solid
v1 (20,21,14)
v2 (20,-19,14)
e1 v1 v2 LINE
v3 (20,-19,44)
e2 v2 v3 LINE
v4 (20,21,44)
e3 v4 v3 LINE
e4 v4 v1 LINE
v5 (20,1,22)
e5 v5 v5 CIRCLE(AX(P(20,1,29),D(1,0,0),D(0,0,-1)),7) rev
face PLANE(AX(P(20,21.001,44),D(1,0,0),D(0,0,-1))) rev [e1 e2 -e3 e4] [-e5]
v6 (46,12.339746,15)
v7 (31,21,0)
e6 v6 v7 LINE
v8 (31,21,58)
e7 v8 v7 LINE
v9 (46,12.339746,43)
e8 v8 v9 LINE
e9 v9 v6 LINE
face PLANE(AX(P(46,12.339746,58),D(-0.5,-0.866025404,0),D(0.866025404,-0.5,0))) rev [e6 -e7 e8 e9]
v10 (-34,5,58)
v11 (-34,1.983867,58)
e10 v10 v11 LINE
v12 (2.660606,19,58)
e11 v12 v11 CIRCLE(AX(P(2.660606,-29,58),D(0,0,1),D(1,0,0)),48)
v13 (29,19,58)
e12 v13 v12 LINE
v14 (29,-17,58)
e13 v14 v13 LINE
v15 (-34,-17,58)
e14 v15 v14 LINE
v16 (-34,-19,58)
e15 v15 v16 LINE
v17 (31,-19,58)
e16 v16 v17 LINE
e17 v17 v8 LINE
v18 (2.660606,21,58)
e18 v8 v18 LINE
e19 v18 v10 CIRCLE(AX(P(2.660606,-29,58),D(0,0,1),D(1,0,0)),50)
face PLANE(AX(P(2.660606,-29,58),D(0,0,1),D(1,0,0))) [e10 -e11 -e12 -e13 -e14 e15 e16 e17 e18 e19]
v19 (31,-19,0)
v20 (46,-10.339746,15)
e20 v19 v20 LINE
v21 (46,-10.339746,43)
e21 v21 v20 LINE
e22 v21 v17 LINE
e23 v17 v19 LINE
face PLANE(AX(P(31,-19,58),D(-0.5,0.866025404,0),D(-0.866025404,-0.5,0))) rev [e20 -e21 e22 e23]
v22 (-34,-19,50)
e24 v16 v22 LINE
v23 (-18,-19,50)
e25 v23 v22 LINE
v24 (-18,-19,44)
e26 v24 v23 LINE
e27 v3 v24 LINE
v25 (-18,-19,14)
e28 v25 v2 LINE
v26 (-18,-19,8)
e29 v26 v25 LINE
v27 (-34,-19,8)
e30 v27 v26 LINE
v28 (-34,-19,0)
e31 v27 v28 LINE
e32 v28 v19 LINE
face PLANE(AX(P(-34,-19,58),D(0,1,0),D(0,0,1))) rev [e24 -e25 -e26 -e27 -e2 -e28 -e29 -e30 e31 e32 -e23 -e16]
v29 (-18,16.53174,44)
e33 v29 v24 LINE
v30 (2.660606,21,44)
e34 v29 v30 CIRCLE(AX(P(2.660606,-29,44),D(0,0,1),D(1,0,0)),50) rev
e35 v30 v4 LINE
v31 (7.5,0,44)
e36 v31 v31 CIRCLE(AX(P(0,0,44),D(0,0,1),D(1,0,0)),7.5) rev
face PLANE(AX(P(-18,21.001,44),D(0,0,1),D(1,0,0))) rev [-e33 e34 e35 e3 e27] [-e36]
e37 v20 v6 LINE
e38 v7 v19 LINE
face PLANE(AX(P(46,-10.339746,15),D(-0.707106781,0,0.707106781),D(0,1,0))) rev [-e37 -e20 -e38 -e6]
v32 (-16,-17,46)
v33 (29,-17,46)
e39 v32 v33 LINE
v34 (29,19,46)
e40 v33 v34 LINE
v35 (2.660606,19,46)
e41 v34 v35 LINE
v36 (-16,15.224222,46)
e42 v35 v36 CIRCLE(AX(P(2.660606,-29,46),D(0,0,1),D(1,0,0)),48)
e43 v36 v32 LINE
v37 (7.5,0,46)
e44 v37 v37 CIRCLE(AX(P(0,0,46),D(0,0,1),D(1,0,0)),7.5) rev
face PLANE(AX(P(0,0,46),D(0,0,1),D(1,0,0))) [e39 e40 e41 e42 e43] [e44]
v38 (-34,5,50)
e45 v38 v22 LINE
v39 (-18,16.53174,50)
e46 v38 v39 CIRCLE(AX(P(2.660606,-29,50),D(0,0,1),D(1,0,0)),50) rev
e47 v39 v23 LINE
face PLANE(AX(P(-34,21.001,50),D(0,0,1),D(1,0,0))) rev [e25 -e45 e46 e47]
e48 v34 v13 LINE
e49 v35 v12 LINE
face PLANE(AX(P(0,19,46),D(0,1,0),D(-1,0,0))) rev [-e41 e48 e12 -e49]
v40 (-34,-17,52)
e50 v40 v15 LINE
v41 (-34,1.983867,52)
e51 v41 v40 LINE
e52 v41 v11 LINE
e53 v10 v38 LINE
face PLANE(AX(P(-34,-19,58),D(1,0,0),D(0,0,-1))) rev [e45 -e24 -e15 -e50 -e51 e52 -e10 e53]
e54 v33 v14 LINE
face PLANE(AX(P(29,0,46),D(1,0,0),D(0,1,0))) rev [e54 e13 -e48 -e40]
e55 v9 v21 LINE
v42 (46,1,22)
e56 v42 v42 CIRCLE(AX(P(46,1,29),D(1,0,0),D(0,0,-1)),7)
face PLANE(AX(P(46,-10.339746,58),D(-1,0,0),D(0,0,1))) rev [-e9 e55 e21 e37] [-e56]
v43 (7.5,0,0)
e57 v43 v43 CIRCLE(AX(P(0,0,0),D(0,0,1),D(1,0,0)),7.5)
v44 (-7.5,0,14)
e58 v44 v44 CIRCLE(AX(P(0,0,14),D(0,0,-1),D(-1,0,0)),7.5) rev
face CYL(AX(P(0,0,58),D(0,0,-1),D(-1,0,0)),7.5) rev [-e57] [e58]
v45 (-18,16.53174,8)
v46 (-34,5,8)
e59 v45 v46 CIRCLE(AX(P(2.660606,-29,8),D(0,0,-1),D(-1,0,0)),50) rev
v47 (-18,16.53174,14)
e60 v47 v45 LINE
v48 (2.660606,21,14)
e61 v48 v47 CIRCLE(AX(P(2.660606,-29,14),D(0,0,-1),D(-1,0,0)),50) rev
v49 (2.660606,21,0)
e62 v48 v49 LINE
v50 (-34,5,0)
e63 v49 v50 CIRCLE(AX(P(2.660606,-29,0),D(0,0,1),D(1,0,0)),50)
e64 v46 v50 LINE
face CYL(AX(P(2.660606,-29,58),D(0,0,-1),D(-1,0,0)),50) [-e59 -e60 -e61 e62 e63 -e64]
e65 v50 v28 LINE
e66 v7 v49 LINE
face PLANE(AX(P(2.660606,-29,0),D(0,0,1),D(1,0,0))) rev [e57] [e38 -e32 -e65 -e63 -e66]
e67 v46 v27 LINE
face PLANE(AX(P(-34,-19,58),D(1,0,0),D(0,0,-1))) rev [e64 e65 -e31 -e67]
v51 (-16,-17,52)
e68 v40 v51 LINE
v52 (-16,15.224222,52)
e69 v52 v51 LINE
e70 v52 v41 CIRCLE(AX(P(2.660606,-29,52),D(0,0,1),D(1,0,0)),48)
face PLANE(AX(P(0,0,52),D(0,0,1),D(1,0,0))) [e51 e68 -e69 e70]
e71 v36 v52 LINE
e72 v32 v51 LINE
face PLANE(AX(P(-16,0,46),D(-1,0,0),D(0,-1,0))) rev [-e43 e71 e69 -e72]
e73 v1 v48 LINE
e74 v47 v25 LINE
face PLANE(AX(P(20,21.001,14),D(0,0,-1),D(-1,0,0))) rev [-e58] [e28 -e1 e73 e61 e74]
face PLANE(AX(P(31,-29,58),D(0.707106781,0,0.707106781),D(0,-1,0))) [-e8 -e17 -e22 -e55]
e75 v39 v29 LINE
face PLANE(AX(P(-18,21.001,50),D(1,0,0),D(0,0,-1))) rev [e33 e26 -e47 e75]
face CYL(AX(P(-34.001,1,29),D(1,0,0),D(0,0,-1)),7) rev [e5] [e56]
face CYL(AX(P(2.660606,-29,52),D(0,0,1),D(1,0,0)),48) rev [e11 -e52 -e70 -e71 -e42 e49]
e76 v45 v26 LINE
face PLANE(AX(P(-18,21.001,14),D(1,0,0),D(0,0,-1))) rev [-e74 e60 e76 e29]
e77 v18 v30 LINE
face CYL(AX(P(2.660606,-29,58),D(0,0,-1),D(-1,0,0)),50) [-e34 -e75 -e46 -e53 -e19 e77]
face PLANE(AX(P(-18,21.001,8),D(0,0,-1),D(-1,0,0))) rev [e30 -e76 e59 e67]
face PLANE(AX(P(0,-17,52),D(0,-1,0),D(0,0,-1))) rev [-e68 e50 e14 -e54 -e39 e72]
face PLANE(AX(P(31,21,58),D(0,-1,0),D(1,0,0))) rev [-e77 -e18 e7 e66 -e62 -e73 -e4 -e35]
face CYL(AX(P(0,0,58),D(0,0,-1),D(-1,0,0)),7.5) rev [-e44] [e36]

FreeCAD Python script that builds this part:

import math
import FreeCAD as App
import Part
import Sketcher

V = App.Vector
Q = App.Units.Quantity


def edges_at(feature, points):
    """Names of the edges that pass closest to the given points."""
    edges = feature.Shape.Edges
    near = lambda p: min(range(len(edges)), key=lambda i: edges[i].distToShape(Part.Vertex(*p))[0])
    return sorted({f"Edge{near(p) + 1}" for p in points})

doc = App.newDocument("Part")
body = doc.addObject("PartDesign::Body", "Body")

# Sketch on XY plane
sketch1 = doc.addObject("Sketcher::SketchObject", "Sketch")
body.addObject(sketch1)
sketch1.AttachmentSupport = (doc.XY_Plane, [""])
sketch1.MapMode = "FlatFace"
sketch1.addGeometry([
    Part.LineSegment(V(-34, -19, 0), V(31, -19, 0)),  # 0
    Part.LineSegment(V(31, -19, 0), V(46, -10, 0)),  # 1
    Part.LineSegment(V(46, -10, 0), V(46, 12, 0)),  # 2
    Part.LineSegment(V(46, 12, 0), V(31, 21, 0)),  # 3
    Part.LineSegment(V(31, 21, 0), V(3, 21, 0)),  # 4
    Part.ArcOfCircle(Part.Circle(V(3, -29, 0), V(0, 0, 1), 50), math.radians(90), math.radians(137)),  # 5
    Part.LineSegment(V(-34, 5, 0), V(-34, -19, 0)),  # 6
    Part.Circle(V(0, 0, 0), V(0, 0, 1), 8),  # 7
], False)
sketch1.addConstraint([
    Sketcher.Constraint("Coincident", 0, 2, 1, 1),
    Sketcher.Constraint("Coincident", 1, 2, 2, 1),
    Sketcher.Constraint("Coincident", 2, 2, 3, 1),
    Sketcher.Constraint("Coincident", 3, 2, 4, 1),
    Sketcher.Constraint("Tangent", 4, 2, 5, 1),
    Sketcher.Constraint("Coincident", 5, 2, 6, 1),
    Sketcher.Constraint("Coincident", 6, 2, 0, 1),
    Sketcher.Constraint("Horizontal", 0),
    Sketcher.Constraint("Vertical", 2),
    Sketcher.Constraint("Horizontal", 4),
    Sketcher.Constraint("Vertical", 6),
    Sketcher.Constraint("Coincident", 7, 3, -1, 1),
    Sketcher.Constraint("Vertical", 0, 2, 3, 2),
    Sketcher.Constraint("Equal", 1, 3),
    Sketcher.Constraint("Diameter", 7, Q("15 mm")),
    Sketcher.Constraint("Radius", 5, Q("50 mm")),
    Sketcher.Constraint("DistanceX", 0, 1, 0, 2, Q("65 mm")),
    Sketcher.Constraint("DistanceY", 6, 2, 6, 1, Q("24 mm")),
    Sketcher.Constraint("Angle", 1, Q("30 deg")),
    Sketcher.Constraint("DistanceY", 5, 3, -1, 1, Q("29 mm")),
    Sketcher.Constraint("DistanceX", -1, 1, 0, 2, Q("31 mm")),
    Sketcher.Constraint("DistanceY", 0, 2, -1, 1, Q("19 mm")),
    Sketcher.Constraint("DistanceX", -1, 1, 1, 2, Q("46 mm")),
])
pad1 = doc.addObject("PartDesign::Pad", "Pad")
body.addObject(pad1)
pad1.Profile = sketch1
pad1.Length = 58
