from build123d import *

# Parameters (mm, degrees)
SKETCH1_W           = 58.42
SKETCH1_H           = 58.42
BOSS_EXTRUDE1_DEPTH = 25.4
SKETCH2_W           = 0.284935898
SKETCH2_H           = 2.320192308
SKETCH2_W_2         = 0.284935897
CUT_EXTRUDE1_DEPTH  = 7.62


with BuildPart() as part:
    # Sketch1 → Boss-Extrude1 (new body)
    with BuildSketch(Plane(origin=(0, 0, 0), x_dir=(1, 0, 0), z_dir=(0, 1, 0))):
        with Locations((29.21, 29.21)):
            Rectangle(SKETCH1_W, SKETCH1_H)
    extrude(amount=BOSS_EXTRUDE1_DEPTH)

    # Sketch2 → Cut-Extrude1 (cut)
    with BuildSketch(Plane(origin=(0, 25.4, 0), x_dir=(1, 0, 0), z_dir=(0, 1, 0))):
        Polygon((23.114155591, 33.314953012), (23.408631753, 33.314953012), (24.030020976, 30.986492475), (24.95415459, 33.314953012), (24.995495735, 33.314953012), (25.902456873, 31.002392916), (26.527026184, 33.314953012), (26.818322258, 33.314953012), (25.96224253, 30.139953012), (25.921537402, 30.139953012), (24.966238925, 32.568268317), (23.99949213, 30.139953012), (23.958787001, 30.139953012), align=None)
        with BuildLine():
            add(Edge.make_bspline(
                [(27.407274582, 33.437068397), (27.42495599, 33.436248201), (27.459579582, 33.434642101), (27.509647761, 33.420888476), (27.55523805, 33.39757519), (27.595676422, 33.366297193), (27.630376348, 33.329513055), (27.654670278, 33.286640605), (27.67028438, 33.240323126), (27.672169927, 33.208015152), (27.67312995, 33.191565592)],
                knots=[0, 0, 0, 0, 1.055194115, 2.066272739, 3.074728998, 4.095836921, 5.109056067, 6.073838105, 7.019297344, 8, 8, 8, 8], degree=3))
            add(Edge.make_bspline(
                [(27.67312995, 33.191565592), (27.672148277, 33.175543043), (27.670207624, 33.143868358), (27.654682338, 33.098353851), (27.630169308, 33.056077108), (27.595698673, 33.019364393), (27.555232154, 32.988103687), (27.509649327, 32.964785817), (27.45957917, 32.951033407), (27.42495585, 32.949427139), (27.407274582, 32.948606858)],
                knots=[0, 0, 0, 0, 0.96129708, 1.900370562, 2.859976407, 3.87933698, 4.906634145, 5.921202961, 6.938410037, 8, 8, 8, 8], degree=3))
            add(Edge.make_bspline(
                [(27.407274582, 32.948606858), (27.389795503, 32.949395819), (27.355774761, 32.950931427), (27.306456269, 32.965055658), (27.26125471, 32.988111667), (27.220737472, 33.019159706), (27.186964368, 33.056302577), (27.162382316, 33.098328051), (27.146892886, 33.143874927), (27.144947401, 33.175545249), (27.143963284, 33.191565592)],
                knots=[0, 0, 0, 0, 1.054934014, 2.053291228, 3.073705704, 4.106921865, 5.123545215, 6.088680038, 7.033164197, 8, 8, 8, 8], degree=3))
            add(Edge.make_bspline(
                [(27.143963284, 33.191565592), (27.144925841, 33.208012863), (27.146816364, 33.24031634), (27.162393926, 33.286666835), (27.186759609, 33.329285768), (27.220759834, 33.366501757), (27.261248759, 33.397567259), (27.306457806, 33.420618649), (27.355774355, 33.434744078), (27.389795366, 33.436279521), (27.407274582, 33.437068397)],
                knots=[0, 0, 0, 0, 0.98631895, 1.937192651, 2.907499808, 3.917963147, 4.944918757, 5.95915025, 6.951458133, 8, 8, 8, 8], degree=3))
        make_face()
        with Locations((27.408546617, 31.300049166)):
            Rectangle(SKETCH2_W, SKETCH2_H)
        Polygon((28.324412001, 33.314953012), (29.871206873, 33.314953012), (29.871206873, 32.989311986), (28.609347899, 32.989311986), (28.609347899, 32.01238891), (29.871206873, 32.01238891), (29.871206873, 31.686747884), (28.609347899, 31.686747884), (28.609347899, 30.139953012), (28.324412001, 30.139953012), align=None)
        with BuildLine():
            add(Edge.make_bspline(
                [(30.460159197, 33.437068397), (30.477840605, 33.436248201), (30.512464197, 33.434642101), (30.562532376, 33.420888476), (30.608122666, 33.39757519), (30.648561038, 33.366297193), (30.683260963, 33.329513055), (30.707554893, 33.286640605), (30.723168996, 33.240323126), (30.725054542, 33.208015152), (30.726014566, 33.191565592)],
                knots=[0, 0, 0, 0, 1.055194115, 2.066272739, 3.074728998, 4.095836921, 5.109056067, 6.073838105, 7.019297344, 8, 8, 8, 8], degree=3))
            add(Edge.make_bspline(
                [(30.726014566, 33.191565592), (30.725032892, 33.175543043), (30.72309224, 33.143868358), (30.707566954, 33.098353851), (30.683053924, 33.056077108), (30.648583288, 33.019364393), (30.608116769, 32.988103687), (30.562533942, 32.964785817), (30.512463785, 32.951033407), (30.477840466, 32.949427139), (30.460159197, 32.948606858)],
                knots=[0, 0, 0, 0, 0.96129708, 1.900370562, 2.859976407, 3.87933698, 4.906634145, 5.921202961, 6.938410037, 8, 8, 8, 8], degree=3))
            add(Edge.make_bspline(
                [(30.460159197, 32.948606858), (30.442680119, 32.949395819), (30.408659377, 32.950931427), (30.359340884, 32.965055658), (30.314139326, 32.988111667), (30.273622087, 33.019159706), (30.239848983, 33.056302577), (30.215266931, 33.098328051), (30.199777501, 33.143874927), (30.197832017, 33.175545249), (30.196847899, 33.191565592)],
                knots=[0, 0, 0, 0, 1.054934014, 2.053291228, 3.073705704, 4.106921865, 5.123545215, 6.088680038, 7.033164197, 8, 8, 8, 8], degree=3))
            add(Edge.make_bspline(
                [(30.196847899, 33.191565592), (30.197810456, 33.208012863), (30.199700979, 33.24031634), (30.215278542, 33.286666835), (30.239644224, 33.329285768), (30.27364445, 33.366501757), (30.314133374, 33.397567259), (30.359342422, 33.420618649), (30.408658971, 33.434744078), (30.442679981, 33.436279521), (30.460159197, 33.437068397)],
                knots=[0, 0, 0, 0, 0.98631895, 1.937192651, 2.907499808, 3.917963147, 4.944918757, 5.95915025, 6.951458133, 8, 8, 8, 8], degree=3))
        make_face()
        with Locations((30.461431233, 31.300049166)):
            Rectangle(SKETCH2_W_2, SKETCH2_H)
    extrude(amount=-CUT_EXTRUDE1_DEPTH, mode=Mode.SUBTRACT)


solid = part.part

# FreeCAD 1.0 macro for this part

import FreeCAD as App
import Part
import Sketcher
Q = App.Units.Quantity


def add_polygon(sketch, points):
    """Adds a closed chain of lines whose ends are joined by coincident constraints."""
    first, n = sketch.GeometryCount, len(points)
    for a, b in zip(points, points[1:] + points[:1]):
        sketch.addGeometry(Part.LineSegment(App.Vector(*a, 0), App.Vector(*b, 0)), False)
    for i in range(n):
        sketch.addConstraint(Sketcher.Constraint("Coincident", first + i, 2, first + (i + 1) % n, 1))

doc = App.newDocument("Part")
body = doc.addObject("PartDesign::Body", "Body")

sketch1 = body.newObject("Sketcher::SketchObject", "Sketch")
sketch1.AttachmentSupport = (doc.getObject("XZ_Plane"), [""])
sketch1.MapMode = "FlatFace"
add_polygon(sketch1, [(0, -58), (0, 0), (58, 0), (58, -58)])
sketch1.addConstraint([
    Sketcher.Constraint("Vertical", 0),
    Sketcher.Constraint("Horizontal", 1),
    Sketcher.Constraint("Vertical", 2),
    Sketcher.Constraint("Horizontal", 3),
    Sketcher.Constraint("Coincident", 0, 2, -1, 1),
    Sketcher.Constraint("Equal", 3, 0),
    Sketcher.Constraint("DistanceX", 1, 1, 1, 2, Q("2.3 in")),
])
pad1 = body.newObject("PartDesign::Pad", "Pad")
pad1.Profile = sketch1
pad1.Length = Q("1 in")
pad1.Reversed = True

sketch2 = body.newObject("Sketcher::SketchObject", "Sketch001")
sketch2.AttachmentSupport = (doc.getObject("XZ_Plane"), [""])
sketch2.MapMode = "FlatFace"
sketch2.AttachmentOffset = App.Placement(App.Vector(0, 0, -1 * 25.4), App.Rotation())
add_polygon(sketch2, [(23.408632, -33.314953), (23.114156, -33.314953), (23.958787, -30.139953), (23.999492, -30.139953), (24.966239, -32.568268), (25.921537, -30.139953), (25.962243, -30.139953), (26.818322, -33.314953), (26.527026, -33.314953), (25.902457, -31.002393), (24.995496, -33.314953), (24.954155, -33.314953), (24.030021, -30.986492)])
sketch2.addGeometry(Part.BSplineCurve([App.Vector(27.407275, -33.437068, 0), App.Vector(27.424956, -33.436248, 0), App.Vector(27.45958, -33.434642, 0), App.Vector(27.509648, -33.420888, 0), App.Vector(27.555238, -33.397575, 0), App.Vector(27.595676, -33.366297, 0), App.Vector(27.630376, -33.329513, 0), App.Vector(27.65467, -33.286641, 0), App.Vector(27.670284, -33.240323, 0), App.Vector(27.67217, -33.208015, 0), App.Vector(27.67313, -33.191566, 0)], [4, 1, 1, 1, 1, 1, 1, 1, 4], [0, 1.055194115, 2.066272739, 3.074728998, 4.095836921, 5.109056067, 6.073838105, 7.019297344, 8], False, 3, [1, 1, 1, 1, 1, 1, 1, 1, 1, 1, 1], False), False)
sketch2.addGeometry(Part.BSplineCurve([App.Vector(27.143963, -33.191566, 0), App.Vector(27.144926, -33.208013, 0), App.Vector(27.146816, -33.240316, 0), App.Vector(27.162394, -33.286667, 0), App.Vector(27.18676, -33.329286, 0), App.Vector(27.22076, -33.366502, 0), App.Vector(27.261249, -33.397567, 0), App.Vector(27.306458, -33.420619, 0), App.Vector(27.355774, -33.434744, 0), App.Vector(27.389795, -33.43628, 0), App.Vector(27.407275, -33.437068, 0)], [4, 1, 1, 1, 1, 1, 1, 1, 4], [0, 0.98631895, 1.937192651, 2.907499808, 3.917963147, 4.944918757, 5.95915025, 6.951458133, 8], False, 3, [1, 1, 1, 1, 1, 1, 1, 1, 1, 1, 1], False), False)
sketch2.addGeometry(Part.BSplineCurve([App.Vector(27.407275, -32.948607, 0), App.Vector(27.389796, -32.949396, 0), App.Vector(27.355775, -32.950931, 0), App.Vector(27.306456, -32.965056, 0), App.Vector(27.261255, -32.988112, 0), App.Vector(27.220737, -33.01916, 0), App.Vector(27.186964, -33.056303, 0), App.Vector(27.162382, -33.098328, 0), App.Vector(27.146893, -33.143875, 0), App.Vector(27.144947, -33.175545, 0), App.Vector(27.143963, -33.191566, 0)], [4, 1, 1, 1, 1, 1, 1, 1, 4], [0, 1.054934014, 2.053291228, 3.073705704, 4.106921865, 5.123545215, 6.088680038, 7.033164197, 8], False, 3, [1, 1, 1, 1, 1, 1, 1, 1, 1, 1, 1], False), False)
sketch2.addGeometry(Part.BSplineCurve([App.Vector(27.67313, -33.191566, 0), App.Vector(27.672148, -33.175543, 0), App.Vector(27.670208, -33.143868, 0), App.Vector(27.654682, -33.098354, 0), App.Vector(27.630169, -33.056077, 0), App.Vector(27.595699, -33.019364, 0), App.Vector(27.555232, -32.988104, 0), App.Vector(27.509649, -32.964786, 0), App.Vector(27.459579, -32.951033, 0), App.Vector(27.424956, -32.949427, 0), App.Vector(27.407275, -32.948607, 0)], [4, 1, 1, 1, 1, 1, 1, 1, 4], [0, 0.96129708, 1.900370562, 2.859976407, 3.87933698, 4.906634145, 5.921202961, 6.938410037, 8], False, 3, [1, 1, 1, 1, 1, 1, 1, 1, 1, 1, 1], False), False)
add_polygon(sketch2, [(27.266079, -32.460145), (27.266079, -30.139953), (27.551015, -30.139953), (27.551015, -32.460145)])
add_polygon(sketch2, [(29.871207, -33.314953), (28.324412, -33.314953), (28.324412, -30.139953), (28.609348, -30.139953), (28.609348, -31.686748), (29.871207, -31.686748), (29.871207, -32.012389), (28.609348, -32.012389), (28.609348, -32.989312), (29.871207, -32.989312)])
sketch2.addGeometry(Part.BSplineCurve([App.Vector(30.460159, -33.437068, 0), App.Vector(30.477841, -33.436248, 0), App.Vector(30.512464, -33.434642, 0), App.Vector(30.562532, -33.420888, 0), App.Vector(30.608123, -33.397575, 0), App.Vector(30.648561, -33.366297, 0), App.Vector(30.683261, -33.329513, 0), App.Vector(30.707555, -33.286641, 0), App.Vector(30.723169, -33.240323, 0), App.Vector(30.725055, -33.208015, 0), App.Vector(30.726015, -33.191566, 0)], [4, 1, 1, 1, 1, 1, 1, 1, 4], [0, 1.055194115, 2.066272739, 3.074728998, 4.095836921, 5.109056067, 6.073838105, 7.019297344, 8], False, 3, [1, 1, 1, 1, 1, 1, 1, 1, 1, 1, 1], False), False)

# Task
The lines above starting at the one that contains "e38 v7 v19 LINE" and ending at the one that contains "e47 v39 v23 LINE" must be transcribed exactly, and no other lines may appear.

# Task solution
e38 v7 v19 LINE
face PLANE(AX(P(46,-10.339746,15),D(-0.707106781,0,0.707106781),D(0,1,0))) rev [-e37 -e20 -e38 -e6]
v32 (-16,-17,46)
v33 (29,-17,46)
e39 v32 v33 LINE
v34 (29,19,46)
e40 v33 v34 LINE
v35 (2.660606,19,46)
e41 v34 v35 LINE
v36 (-16,15.224222,46)
e42 v35 v36 CIRCLE(AX(P(2.660606,-29,46),D(0,0,1),D(1,0,0)),48)
e43 v36 v32 LINE
v37 (7.5,0,46)
e44 v37 v37 CIRCLE(AX(P(0,0,46),D(0,0,1),D(1,0,0)),7.5) rev
face PLANE(AX(P(0,0,46),D(0,0,1),D(1,0,0))) [e39 e40 e41 e42 e43] [e44]
v38 (-34,5,50)
e45 v38 v22 LINE
v39 (-18,16.53174,50)
e46 v38 v39 CIRCLE(AX(P(2.660606,-29,50),D(0,0,1),D(1,0,0)),50) rev
e47 v39 v23 LINE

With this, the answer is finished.